[Collection entries]
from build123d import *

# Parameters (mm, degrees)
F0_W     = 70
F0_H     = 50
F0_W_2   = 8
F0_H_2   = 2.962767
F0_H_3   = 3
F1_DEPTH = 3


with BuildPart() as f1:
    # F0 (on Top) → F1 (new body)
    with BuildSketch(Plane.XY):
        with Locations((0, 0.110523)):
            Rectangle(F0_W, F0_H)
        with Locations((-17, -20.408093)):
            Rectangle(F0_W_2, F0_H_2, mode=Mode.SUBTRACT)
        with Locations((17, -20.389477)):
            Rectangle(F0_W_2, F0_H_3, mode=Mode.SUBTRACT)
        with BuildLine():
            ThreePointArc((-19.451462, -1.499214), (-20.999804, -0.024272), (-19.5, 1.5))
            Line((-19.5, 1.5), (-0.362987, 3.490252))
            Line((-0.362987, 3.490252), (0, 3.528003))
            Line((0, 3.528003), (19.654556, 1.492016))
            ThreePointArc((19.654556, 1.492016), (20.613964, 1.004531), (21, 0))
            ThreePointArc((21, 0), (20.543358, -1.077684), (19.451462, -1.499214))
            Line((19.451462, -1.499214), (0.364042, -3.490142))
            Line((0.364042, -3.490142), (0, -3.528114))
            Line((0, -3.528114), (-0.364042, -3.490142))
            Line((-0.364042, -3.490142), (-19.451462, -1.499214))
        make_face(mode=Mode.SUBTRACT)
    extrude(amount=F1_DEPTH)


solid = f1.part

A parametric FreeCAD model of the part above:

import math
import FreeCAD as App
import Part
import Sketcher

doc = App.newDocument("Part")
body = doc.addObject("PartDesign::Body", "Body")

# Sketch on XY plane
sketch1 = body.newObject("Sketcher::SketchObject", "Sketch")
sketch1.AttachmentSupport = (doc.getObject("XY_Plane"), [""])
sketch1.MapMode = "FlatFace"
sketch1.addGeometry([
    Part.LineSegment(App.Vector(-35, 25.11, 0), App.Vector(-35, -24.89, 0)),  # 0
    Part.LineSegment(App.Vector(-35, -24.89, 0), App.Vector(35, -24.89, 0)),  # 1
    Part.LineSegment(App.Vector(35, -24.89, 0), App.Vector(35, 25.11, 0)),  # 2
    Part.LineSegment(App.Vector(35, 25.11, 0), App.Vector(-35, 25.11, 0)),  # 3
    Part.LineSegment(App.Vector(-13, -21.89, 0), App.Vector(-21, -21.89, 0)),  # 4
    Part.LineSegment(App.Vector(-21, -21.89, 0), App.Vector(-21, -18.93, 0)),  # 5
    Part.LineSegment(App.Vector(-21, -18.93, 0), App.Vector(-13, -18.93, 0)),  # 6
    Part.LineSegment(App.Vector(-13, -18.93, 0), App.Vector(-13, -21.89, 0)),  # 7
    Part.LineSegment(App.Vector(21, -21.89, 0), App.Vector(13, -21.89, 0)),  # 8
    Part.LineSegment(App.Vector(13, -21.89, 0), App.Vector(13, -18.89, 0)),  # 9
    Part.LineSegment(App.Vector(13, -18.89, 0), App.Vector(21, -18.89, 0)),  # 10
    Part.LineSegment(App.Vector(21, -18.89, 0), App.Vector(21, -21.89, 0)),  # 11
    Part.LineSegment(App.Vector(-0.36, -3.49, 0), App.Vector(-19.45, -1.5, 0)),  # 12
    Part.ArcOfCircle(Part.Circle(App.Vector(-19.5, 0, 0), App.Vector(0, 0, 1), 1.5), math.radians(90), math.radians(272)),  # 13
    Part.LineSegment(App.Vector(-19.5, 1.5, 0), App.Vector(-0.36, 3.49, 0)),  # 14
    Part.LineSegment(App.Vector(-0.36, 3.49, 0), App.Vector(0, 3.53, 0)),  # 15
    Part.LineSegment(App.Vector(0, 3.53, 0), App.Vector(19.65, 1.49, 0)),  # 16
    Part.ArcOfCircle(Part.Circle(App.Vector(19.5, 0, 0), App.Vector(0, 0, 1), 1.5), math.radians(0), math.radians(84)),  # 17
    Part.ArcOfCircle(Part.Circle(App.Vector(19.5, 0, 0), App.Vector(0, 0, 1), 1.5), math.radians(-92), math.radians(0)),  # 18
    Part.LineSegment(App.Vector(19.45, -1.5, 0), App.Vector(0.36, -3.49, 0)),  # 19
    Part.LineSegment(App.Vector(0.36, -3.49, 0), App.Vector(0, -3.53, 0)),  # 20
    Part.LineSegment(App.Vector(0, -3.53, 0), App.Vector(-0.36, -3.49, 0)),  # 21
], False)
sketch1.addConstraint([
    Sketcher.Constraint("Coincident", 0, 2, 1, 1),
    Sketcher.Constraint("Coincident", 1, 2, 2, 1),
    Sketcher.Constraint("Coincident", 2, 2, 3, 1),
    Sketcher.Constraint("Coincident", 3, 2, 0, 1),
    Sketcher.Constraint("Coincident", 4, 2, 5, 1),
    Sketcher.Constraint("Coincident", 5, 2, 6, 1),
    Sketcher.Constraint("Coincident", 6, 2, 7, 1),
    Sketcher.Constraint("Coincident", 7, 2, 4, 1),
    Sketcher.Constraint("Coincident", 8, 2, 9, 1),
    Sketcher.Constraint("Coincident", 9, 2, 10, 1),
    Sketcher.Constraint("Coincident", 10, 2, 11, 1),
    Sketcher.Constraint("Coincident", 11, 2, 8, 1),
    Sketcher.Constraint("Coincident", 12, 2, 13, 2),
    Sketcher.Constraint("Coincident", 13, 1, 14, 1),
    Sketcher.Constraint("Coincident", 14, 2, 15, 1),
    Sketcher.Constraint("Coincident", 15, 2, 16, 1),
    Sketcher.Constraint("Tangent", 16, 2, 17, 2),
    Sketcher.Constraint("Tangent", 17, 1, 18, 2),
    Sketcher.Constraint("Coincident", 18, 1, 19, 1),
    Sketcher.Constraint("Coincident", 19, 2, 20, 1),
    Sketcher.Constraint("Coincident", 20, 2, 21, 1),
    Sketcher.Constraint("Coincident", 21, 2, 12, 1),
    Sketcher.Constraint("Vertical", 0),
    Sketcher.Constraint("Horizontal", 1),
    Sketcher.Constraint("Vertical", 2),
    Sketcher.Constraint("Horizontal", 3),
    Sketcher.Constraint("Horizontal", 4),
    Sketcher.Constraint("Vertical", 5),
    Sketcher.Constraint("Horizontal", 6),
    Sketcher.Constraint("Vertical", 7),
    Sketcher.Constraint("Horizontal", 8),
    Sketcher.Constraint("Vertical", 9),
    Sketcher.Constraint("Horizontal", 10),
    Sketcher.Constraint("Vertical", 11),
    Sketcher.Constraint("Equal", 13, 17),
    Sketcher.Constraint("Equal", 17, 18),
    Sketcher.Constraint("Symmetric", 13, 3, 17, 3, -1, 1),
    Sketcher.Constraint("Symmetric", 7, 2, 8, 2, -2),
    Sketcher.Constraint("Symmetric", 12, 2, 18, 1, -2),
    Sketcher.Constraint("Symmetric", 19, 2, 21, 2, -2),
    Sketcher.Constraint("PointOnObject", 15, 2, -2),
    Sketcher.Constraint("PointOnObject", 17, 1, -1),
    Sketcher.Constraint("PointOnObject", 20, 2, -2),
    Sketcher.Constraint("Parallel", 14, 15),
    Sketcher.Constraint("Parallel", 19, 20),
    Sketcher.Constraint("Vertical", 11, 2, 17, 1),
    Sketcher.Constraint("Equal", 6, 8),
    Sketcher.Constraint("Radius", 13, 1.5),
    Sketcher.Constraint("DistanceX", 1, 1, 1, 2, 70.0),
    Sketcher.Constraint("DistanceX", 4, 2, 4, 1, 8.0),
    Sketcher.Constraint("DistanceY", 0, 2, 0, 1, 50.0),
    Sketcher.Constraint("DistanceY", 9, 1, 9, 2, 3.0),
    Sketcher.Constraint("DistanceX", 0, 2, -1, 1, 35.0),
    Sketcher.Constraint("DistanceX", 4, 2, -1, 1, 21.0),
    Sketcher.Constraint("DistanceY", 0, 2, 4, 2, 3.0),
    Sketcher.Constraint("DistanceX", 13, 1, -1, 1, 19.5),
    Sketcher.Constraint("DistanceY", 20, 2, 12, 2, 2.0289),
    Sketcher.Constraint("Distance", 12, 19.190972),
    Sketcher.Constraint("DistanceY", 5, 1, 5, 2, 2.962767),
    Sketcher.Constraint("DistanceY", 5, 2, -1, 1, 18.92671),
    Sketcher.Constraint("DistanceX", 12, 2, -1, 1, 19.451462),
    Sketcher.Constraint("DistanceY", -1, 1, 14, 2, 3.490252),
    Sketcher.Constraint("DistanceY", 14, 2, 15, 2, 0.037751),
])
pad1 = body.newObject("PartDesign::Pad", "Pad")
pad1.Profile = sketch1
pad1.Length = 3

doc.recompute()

- _To do_:
Quote the records above exactly, from the first line through the line containing "A parametric FreeCAD", and nothing more.

- _Response_:
from build123d import *

# Parameters (mm, degrees)
F0_W     = 70
F0_H     = 50
F0_W_2   = 8
F0_H_2   = 2.962767
F0_H_3   = 3
F1_DEPTH = 3


with BuildPart() as f1:
    # F0 (on Top) → F1 (new body)
    with BuildSketch(Plane.XY):
        with Locations((0, 0.110523)):
            Rectangle(F0_W, F0_H)
        with Locations((-17, -20.408093)):
            Rectangle(F0_W_2, F0_H_2, mode=Mode.SUBTRACT)
        with Locations((17, -20.389477)):
            Rectangle(F0_W_2, F0_H_3, mode=Mode.SUBTRACT)
        with BuildLine():
            ThreePointArc((-19.451462, -1.499214), (-20.999804, -0.024272), (-19.5, 1.5))
            Line((-19.5, 1.5), (-0.362987, 3.490252))
            Line((-0.362987, 3.490252), (0, 3.528003))
            Line((0, 3.528003), (19.654556, 1.492016))
            ThreePointArc((19.654556, 1.492016), (20.613964, 1.004531), (21, 0))
            ThreePointArc((21, 0), (20.543358, -1.077684), (19.451462, -1.499214))
            Line((19.451462, -1.499214), (0.364042, -3.490142))
            Line((0.364042, -3.490142), (0, -3.528114))
            Line((0, -3.528114), (-0.364042, -3.490142))
            Line((-0.364042, -3.490142), (-19.451462, -1.499214))
        make_face(mode=Mode.SUBTRACT)
    extrude(amount=F1_DEPTH)


solid = f1.part

A parametric FreeCAD model of the part above:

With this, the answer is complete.